Your task | Check each line of the material. Copy those containing "revolve".
--- START ---
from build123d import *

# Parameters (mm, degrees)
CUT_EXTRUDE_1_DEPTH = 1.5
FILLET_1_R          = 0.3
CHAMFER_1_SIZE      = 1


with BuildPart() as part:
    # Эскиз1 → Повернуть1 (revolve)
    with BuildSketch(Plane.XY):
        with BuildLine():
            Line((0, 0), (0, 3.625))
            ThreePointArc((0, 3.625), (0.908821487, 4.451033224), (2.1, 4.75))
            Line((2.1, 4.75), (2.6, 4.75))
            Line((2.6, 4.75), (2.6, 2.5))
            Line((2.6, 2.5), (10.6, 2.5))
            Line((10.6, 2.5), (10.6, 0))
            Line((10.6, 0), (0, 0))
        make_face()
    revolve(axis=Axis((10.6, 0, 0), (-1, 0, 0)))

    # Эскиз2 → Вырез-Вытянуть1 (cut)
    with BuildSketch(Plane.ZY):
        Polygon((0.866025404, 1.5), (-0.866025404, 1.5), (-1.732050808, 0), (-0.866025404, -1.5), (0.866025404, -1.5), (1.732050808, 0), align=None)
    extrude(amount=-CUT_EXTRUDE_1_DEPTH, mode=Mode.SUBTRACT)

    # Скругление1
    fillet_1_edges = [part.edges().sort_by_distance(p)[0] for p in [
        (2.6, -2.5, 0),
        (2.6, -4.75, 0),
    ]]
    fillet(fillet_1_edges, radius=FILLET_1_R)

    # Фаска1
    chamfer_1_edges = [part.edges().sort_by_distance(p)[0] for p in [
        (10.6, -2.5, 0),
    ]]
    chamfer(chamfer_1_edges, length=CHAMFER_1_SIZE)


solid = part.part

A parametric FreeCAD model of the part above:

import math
import FreeCAD as App
import Part
import Sketcher
Q = App.Units.Quantity


def edges_at(feature, points):
    """Names of the edges that pass closest to the given points."""
    edges = feature.Shape.Edges
    near = lambda p: min(range(len(edges)), key=lambda i: edges[i].distToShape(Part.Vertex(*p))[0])
    return sorted({f"Edge{near(p) + 1}" for p in points})


def add_polygon(sketch, points):
    """Adds a closed chain of lines whose ends are joined by coincident constraints."""
    first, n = sketch.GeometryCount, len(points)
    for a, b in zip(points, points[1:] + points[:1]):
        sketch.addGeometry(Part.LineSegment(App.Vector(*a, 0), App.Vector(*b, 0)), False)
    for i in range(n):
        sketch.addConstraint(Sketcher.Constraint("Coincident", first + i, 2, first + (i + 1) % n, 1))

doc = App.newDocument("Part")
body = doc.addObject("PartDesign::Body", "Body")

# Sketch on XY plane
sketch1 = body.newObject("Sketcher::SketchObject", "Sketch")
sketch1.AttachmentSupport = (doc.getObject("XY_Plane"), [""])
sketch1.MapMode = "FlatFace"
sketch1.addGeometry([
    Part.LineSegment(App.Vector(0, 3.6, 0), App.Vector(0, 0, 0)),  # 0
    Part.LineSegment(App.Vector(0, 0, 0), App.Vector(10.6, 0, 0)),  # 1
    Part.LineSegment(App.Vector(10.6, 0, 0), App.Vector(10.6, 2.5, 0)),  # 2
    Part.LineSegment(App.Vector(10.6, 2.5, 0), App.Vector(2.6, 2.5, 0)),  # 3
    Part.LineSegment(App.Vector(2.6, 2.5, 0), App.Vector(2.6, 4.8, 0)),  # 4
    Part.LineSegment(App.Vector(2.6, 4.8, 0), App.Vector(2.1, 4.8, 0)),  # 5
    Part.ArcOfCircle(Part.Circle(App.Vector(2.1, 2.2, 0), App.Vector(0, 0, 1), 2.5), math.radians(90), math.radians(146)),  # 6
], False)
sketch1.addConstraint([
    Sketcher.Constraint("Coincident", 0, 2, 1, 1),
    Sketcher.Constraint("Coincident", 1, 2, 2, 1),
    Sketcher.Constraint("Coincident", 2, 2, 3, 1),
    Sketcher.Constraint("Coincident", 3, 2, 4, 1),
    Sketcher.Constraint("Coincident", 4, 2, 5, 1),
    Sketcher.Constraint("Tangent", 5, 2, 6, 1),
    Sketcher.Constraint("Coincident", 6, 2, 0, 1),
    Sketcher.Constraint("Vertical", 0),
    Sketcher.Constraint("Horizontal", 1),
    Sketcher.Constraint("Vertical", 2),
    Sketcher.Constraint("Horizontal", 3),
    Sketcher.Constraint("Vertical", 4),
    Sketcher.Constraint("Horizontal", 5),
    Sketcher.Constraint("Coincident", 0, 2, -1, 1),
    Sketcher.Constraint("DistanceX", 3, 2, 3, 1, Q("8 mm")),
    Sketcher.Constraint("DistanceX", 1, 1, 1, 2, Q("10.6 mm")),
    Sketcher.Constraint("DistanceX", 5, 2, 5, 1, Q("0.5 mm")),
    Sketcher.Constraint("DistanceY", 2, 1, 2, 2, Q("2.5 mm")),
    Sketcher.Constraint("DistanceY", 4, 1, 4, 2, Q("2.25 mm")),
    Sketcher.Constraint("Radius", 6, Q("2.5225 mm")),
])
revolution = body.newObject("PartDesign::Revolution", "Revolution")
revolution.Profile = sketch1
revolution.ReferenceAxis = (sketch1, ["H_Axis"])
revolution.Angle = 360

# Sketch on YZ plane
sketch2 = body.newObject("Sketcher::SketchObject", "Sketch001")
sketch2.AttachmentSupport = (doc.getObject("YZ_Plane"), [""])
sketch2.MapMode = "FlatFace"
add_polygon(sketch2, [(1.5, 0.9), (1.5, -0.9), (0, -1.7), (-1.5, -0.9), (-1.5, 0.9), (0, 1.7)])  # lines 0-5
sketch2.addConstraint([
    Sketcher.Constraint("Vertical", 0),
    Sketcher.Constraint("Vertical", 3),
    Sketcher.Constraint("Symmetric", 0, 2, 3, 2, -1, 1),
    Sketcher.Constraint("Symmetric", 1, 2, 4, 2, -1, 1),
    Sketcher.Constraint("PointOnObject", 1, 2, -2),
    Sketcher.Constraint("Parallel", 2, 5),
    Sketcher.Constraint("Horizontal", 0, 2, 2, 2),
    Sketcher.Constraint("Angle", 1, Q("-150 deg")),
    Sketcher.Constraint("DistanceX", 2, 2, 0, 2, Q("3 mm")),
    Sketcher.Constraint("DistanceY", 0, 2, 0, 1, Q("1.732051 mm")),
])
pocket1 = body.newObject("PartDesign::Pocket", "Pocket")
pocket1.Profile = sketch2
pocket1.Length = 1.5
pocket1.Reversed = True
doc.recompute()

fillet = body.newObject("PartDesign::Fillet", "Fillet")
fillet.Base = (pocket1, edges_at(pocket1, [(2.6, -2.5, 0), (2.6, -4.75, 0)]))
fillet.Radius = 0.3
doc.recompute()

chamfer = body.newObject("PartDesign::Chamfer", "Chamfer")
chamfer.Base = (fillet, edges_at(fillet, [(10.6, -2.5, 0)]))
chamfer.Size = 1

doc.recompute()
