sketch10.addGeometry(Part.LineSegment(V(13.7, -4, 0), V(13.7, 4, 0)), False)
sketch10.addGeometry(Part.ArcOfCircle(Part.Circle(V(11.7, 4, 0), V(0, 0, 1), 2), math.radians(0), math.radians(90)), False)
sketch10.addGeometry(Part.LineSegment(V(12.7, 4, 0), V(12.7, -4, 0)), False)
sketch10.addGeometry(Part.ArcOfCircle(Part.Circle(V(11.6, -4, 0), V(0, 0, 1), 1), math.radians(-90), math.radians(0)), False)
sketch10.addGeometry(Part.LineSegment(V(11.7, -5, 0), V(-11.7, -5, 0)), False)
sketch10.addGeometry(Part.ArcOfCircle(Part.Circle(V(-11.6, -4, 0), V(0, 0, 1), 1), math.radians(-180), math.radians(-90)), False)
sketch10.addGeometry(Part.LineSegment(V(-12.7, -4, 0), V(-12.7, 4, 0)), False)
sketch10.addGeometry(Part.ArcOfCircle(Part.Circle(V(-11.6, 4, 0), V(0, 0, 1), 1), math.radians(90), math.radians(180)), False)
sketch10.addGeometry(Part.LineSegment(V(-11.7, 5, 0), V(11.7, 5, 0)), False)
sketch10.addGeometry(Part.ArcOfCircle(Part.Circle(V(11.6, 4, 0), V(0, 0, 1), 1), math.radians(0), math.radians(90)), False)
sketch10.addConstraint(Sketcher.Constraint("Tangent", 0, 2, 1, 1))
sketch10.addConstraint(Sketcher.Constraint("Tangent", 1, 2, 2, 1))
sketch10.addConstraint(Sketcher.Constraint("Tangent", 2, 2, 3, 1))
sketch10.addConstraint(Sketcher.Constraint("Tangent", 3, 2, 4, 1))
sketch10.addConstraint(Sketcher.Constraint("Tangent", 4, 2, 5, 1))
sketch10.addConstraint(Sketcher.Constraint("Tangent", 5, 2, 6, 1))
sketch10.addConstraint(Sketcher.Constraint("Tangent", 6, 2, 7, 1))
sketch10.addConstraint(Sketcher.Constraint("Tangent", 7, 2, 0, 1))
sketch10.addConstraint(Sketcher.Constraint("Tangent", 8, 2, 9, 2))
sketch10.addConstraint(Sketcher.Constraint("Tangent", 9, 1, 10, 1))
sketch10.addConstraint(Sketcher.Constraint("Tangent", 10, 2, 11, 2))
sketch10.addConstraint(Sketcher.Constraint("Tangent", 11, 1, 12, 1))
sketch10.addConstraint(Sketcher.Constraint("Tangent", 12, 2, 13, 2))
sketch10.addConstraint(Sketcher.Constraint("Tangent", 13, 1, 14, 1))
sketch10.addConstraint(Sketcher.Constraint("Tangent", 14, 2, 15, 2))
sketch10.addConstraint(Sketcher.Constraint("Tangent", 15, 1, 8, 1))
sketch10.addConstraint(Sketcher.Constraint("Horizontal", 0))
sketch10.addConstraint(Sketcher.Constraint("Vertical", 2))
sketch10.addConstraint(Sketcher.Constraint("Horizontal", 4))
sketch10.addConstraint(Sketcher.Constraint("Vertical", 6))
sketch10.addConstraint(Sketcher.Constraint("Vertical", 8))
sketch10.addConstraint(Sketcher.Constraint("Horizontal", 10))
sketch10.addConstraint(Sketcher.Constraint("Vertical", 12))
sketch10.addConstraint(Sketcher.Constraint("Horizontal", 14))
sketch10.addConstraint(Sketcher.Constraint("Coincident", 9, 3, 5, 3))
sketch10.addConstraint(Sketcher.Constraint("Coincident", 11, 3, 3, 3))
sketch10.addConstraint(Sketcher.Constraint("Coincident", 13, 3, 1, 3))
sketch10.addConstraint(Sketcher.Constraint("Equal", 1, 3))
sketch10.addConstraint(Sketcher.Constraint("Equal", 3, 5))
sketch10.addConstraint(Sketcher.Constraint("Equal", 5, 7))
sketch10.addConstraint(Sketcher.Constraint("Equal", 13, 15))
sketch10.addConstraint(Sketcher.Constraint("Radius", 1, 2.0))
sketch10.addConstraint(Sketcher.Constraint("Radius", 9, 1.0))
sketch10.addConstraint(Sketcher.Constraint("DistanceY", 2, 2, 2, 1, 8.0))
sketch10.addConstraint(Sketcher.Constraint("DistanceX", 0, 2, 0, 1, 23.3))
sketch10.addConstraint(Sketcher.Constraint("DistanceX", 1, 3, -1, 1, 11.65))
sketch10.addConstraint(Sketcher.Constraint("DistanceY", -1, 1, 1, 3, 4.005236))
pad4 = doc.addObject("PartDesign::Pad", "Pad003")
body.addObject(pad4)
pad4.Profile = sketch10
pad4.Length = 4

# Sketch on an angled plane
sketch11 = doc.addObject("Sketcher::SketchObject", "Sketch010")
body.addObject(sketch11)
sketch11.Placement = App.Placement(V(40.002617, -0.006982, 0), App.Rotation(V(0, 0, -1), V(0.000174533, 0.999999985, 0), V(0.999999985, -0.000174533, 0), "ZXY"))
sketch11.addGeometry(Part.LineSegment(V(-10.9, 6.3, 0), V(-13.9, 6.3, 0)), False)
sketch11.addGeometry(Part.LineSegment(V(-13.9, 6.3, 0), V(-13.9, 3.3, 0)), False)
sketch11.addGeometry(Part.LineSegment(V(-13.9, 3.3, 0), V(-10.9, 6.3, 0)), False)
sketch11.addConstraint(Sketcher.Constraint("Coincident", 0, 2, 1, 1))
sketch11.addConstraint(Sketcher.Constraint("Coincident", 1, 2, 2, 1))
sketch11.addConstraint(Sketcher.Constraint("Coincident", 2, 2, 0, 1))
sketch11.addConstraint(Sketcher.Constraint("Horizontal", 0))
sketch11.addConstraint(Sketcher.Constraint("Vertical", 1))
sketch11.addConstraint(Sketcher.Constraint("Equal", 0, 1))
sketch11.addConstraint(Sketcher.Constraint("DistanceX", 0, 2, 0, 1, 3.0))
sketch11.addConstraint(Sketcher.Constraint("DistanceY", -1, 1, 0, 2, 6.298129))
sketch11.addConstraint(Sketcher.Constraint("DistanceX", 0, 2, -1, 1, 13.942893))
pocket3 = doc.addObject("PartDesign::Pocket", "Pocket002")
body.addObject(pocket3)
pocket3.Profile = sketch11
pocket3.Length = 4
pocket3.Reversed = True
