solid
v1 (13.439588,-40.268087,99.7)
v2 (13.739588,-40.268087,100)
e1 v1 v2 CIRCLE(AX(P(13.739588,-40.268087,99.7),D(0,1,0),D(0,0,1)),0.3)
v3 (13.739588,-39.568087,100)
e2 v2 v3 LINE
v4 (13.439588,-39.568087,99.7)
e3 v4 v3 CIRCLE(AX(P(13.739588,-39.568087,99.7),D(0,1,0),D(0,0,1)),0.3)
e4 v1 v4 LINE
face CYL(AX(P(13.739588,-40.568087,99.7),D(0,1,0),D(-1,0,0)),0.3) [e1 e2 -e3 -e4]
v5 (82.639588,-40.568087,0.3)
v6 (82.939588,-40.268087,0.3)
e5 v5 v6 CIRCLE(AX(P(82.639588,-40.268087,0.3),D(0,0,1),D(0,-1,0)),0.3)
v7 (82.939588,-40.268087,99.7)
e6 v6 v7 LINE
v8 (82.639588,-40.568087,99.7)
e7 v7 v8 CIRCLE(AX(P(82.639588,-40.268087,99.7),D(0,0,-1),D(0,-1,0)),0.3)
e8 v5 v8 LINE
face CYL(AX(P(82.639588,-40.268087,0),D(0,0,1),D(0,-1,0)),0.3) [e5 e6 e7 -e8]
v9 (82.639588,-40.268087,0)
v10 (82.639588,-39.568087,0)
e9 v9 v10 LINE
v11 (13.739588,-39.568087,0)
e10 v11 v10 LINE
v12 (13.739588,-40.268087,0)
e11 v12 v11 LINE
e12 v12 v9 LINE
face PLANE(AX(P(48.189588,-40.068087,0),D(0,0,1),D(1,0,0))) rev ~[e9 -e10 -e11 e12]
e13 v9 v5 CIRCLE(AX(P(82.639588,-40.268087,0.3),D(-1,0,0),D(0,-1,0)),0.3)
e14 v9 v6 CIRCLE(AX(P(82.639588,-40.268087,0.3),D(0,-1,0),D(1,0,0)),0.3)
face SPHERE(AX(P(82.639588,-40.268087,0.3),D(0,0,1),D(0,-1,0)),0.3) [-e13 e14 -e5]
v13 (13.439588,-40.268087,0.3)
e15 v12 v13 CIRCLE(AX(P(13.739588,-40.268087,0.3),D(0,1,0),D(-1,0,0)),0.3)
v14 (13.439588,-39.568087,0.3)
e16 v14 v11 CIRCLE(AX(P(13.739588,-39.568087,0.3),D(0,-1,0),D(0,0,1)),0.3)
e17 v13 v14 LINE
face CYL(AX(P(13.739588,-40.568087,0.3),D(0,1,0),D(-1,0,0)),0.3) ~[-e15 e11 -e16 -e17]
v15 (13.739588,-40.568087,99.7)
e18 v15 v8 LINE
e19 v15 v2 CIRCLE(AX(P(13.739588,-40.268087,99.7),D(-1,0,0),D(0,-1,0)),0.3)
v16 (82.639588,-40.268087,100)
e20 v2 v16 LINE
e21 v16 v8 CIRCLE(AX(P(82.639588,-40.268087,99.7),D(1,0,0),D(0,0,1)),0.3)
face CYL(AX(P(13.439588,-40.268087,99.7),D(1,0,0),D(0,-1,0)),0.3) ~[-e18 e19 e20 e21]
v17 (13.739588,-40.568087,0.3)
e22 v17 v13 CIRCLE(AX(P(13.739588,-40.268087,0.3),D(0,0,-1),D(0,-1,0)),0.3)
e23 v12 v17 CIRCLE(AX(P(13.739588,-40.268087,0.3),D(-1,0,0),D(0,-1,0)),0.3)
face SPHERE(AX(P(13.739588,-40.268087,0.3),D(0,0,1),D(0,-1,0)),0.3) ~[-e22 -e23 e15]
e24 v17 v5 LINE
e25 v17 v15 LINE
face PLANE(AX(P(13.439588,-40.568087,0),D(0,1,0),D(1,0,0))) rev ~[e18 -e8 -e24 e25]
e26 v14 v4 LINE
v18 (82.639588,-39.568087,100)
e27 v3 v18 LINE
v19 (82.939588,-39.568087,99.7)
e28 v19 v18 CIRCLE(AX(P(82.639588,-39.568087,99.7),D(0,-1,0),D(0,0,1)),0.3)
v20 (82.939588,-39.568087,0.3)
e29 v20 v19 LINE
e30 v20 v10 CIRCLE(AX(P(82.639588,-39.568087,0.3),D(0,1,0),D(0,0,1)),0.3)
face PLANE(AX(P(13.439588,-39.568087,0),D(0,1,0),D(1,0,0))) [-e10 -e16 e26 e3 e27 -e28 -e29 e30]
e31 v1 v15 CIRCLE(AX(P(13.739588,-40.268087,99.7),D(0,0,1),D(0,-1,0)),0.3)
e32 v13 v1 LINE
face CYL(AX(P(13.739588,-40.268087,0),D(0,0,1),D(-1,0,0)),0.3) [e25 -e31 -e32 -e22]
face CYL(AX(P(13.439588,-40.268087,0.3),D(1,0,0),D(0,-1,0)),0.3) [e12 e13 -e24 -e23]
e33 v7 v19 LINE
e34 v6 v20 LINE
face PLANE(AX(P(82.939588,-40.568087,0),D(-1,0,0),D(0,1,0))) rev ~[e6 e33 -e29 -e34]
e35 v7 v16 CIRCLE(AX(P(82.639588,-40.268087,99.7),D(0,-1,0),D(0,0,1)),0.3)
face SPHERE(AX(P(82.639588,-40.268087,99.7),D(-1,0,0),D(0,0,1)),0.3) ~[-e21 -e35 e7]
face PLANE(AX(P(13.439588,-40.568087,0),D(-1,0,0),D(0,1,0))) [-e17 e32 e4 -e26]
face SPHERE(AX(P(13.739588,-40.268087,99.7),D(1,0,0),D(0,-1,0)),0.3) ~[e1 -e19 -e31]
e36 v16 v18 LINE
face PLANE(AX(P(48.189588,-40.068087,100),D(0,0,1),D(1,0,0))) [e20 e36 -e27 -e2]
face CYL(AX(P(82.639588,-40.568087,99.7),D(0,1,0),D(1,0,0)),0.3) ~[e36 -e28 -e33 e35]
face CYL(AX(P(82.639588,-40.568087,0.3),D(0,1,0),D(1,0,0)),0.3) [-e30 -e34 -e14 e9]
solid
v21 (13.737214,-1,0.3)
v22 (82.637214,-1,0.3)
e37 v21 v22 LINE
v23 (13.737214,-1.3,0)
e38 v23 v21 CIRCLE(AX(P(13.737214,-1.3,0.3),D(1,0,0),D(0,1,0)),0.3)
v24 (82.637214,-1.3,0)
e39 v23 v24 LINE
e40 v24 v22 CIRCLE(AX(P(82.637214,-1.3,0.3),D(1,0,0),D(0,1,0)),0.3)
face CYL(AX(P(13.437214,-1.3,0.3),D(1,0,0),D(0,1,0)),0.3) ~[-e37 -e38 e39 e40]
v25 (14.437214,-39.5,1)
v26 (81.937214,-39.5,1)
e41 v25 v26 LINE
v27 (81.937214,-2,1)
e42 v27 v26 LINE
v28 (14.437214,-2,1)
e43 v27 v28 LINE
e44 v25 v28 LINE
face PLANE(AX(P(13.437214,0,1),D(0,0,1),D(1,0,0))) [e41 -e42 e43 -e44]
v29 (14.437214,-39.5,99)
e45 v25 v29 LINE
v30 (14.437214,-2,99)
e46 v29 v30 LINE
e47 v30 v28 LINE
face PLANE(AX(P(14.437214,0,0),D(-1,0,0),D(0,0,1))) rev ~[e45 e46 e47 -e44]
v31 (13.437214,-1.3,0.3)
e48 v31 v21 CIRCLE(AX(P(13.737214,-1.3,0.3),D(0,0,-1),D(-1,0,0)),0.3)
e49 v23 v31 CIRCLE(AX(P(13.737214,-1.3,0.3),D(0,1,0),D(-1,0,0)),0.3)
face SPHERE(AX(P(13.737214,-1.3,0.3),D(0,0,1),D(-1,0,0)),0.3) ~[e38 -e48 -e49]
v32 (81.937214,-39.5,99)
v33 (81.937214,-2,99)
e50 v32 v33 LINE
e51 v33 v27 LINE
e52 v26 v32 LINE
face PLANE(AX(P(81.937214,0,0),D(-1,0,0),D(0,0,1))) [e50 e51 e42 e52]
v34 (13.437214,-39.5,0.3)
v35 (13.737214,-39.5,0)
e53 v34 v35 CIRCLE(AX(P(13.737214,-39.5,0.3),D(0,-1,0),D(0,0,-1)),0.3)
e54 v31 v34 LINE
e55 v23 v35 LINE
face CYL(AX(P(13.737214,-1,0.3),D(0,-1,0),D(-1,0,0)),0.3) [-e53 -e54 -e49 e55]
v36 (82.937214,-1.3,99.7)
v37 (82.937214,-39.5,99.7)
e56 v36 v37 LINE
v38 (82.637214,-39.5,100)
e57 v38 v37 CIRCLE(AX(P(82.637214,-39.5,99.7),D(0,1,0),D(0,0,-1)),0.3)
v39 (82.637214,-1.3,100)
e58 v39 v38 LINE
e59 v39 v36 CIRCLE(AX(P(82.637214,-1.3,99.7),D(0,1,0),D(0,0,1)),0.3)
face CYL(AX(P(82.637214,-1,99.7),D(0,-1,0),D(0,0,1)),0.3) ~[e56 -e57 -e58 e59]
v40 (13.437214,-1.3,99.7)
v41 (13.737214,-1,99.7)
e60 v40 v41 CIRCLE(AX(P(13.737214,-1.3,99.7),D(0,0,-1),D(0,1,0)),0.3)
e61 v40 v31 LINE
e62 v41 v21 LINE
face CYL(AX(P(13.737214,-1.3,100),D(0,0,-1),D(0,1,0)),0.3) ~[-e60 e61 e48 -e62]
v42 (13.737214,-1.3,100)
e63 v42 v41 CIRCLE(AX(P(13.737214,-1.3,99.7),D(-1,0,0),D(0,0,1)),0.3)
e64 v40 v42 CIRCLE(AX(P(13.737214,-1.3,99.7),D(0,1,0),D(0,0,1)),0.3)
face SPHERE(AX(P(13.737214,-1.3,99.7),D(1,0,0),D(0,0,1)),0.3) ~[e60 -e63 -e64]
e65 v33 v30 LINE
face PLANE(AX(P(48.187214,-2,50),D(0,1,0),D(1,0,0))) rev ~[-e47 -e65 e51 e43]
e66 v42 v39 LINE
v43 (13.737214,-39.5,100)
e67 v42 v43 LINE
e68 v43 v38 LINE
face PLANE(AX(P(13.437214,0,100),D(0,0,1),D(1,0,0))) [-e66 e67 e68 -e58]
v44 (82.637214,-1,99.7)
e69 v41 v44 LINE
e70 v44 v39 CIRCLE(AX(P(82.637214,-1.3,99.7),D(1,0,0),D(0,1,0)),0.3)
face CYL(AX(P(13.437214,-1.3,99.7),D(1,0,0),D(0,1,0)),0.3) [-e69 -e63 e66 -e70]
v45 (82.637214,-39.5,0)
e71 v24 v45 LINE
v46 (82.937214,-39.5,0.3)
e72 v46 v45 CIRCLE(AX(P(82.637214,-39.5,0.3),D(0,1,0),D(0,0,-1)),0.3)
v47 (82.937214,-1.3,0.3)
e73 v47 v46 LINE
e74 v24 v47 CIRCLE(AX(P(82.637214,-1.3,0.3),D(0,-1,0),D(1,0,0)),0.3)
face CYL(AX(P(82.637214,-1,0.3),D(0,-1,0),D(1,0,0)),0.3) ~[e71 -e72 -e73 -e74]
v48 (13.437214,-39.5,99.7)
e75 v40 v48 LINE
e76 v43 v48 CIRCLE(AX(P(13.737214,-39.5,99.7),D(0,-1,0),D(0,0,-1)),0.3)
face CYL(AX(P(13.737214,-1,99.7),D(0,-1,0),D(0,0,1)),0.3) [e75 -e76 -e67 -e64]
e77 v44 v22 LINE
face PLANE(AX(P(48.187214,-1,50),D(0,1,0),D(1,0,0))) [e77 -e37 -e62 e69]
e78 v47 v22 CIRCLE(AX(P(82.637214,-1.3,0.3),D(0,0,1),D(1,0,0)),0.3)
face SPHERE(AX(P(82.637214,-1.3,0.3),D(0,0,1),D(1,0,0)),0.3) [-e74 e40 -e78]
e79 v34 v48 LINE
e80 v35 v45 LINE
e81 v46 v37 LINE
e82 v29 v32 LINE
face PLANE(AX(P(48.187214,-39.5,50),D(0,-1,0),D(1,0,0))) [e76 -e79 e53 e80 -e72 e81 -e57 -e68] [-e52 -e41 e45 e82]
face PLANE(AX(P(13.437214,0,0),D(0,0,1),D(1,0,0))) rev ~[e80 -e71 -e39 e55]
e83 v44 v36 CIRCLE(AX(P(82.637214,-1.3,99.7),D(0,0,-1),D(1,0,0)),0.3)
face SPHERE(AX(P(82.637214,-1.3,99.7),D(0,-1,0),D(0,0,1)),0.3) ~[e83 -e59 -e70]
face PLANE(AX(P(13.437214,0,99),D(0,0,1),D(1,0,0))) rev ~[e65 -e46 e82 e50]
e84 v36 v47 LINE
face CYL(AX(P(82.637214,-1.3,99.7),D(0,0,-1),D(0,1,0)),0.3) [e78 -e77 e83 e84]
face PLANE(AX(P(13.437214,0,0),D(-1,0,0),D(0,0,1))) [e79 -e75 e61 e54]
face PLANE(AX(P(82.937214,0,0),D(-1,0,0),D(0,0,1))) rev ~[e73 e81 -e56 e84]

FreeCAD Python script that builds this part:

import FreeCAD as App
import Part
import Sketcher

V = App.Vector


def edges_at(feature, points):
    """Names of the edges that pass closest to the given points."""
    edges = feature.Shape.Edges
    near = lambda p: min(range(len(edges)), key=lambda i: edges[i].distToShape(Part.Vertex(*p))[0])
    return sorted({f"Edge{near(p) + 1}" for p in points})


def faces_at(feature, points):
    """Names of the faces that lie closest to the given points."""
    faces = feature.Shape.Faces
    near = lambda p: min(range(len(faces)), key=lambda i: faces[i].distToShape(Part.Vertex(*p))[0])
    return sorted({f"Face{near(p) + 1}" for p in points})

doc = App.newDocument("Part")
body = doc.addObject("PartDesign::Body", "Body")

# Sketch on XZ plane
sketch1 = body.newObject("Sketcher::SketchObject", "Sketch")
sketch1.AttachmentSupport = (doc.getObject("XZ_Plane"), [""])
sketch1.MapMode = "FlatFace"
sketch1.addGeometry([
    Part.LineSegment(V(13, 100, 0), V(13, 0, 0)),
    Part.LineSegment(V(13, 0, 0), V(83, 0, 0)),
    Part.LineSegment(V(83, 0, 0), V(83, 100, 0)),
    Part.LineSegment(V(83, 100, 0), V(13, 100, 0)),
], False)
sketch1.addConstraint([
    Sketcher.Constraint("Coincident", 0, 2, 1, 1),
    Sketcher.Constraint("Coincident", 1, 2, 2, 1),
    Sketcher.Constraint("Coincident", 2, 2, 3, 1),
    Sketcher.Constraint("Coincident", 3, 2, 0, 1),
    Sketcher.Constraint("Vertical", 0),
    Sketcher.Constraint("Horizontal", 1),
    Sketcher.Constraint("Vertical", 2),
    Sketcher.Constraint("Horizontal", 3),
    Sketcher.Constraint("PointOnObject", 0, 2, -1),
    Sketcher.Constraint("DistanceY", 0, 2, 0, 1, 100.0),
    Sketcher.Constraint("DistanceX", 1, 1, 1, 2, 69.5),
    Sketcher.Constraint("DistanceX", -1, 1, 0, 2, 13.437214),
])
pad1 = body.newObject("PartDesign::Pad", "Pad")
pad1.Profile = sketch1
pad1.Length = 39.5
--- END ---
Solution for this exercise |
    # Эскиз1 → Повернуть1 (revolve)
    revolve(axis=Axis((10.6, 0, 0), (-1, 0, 0)))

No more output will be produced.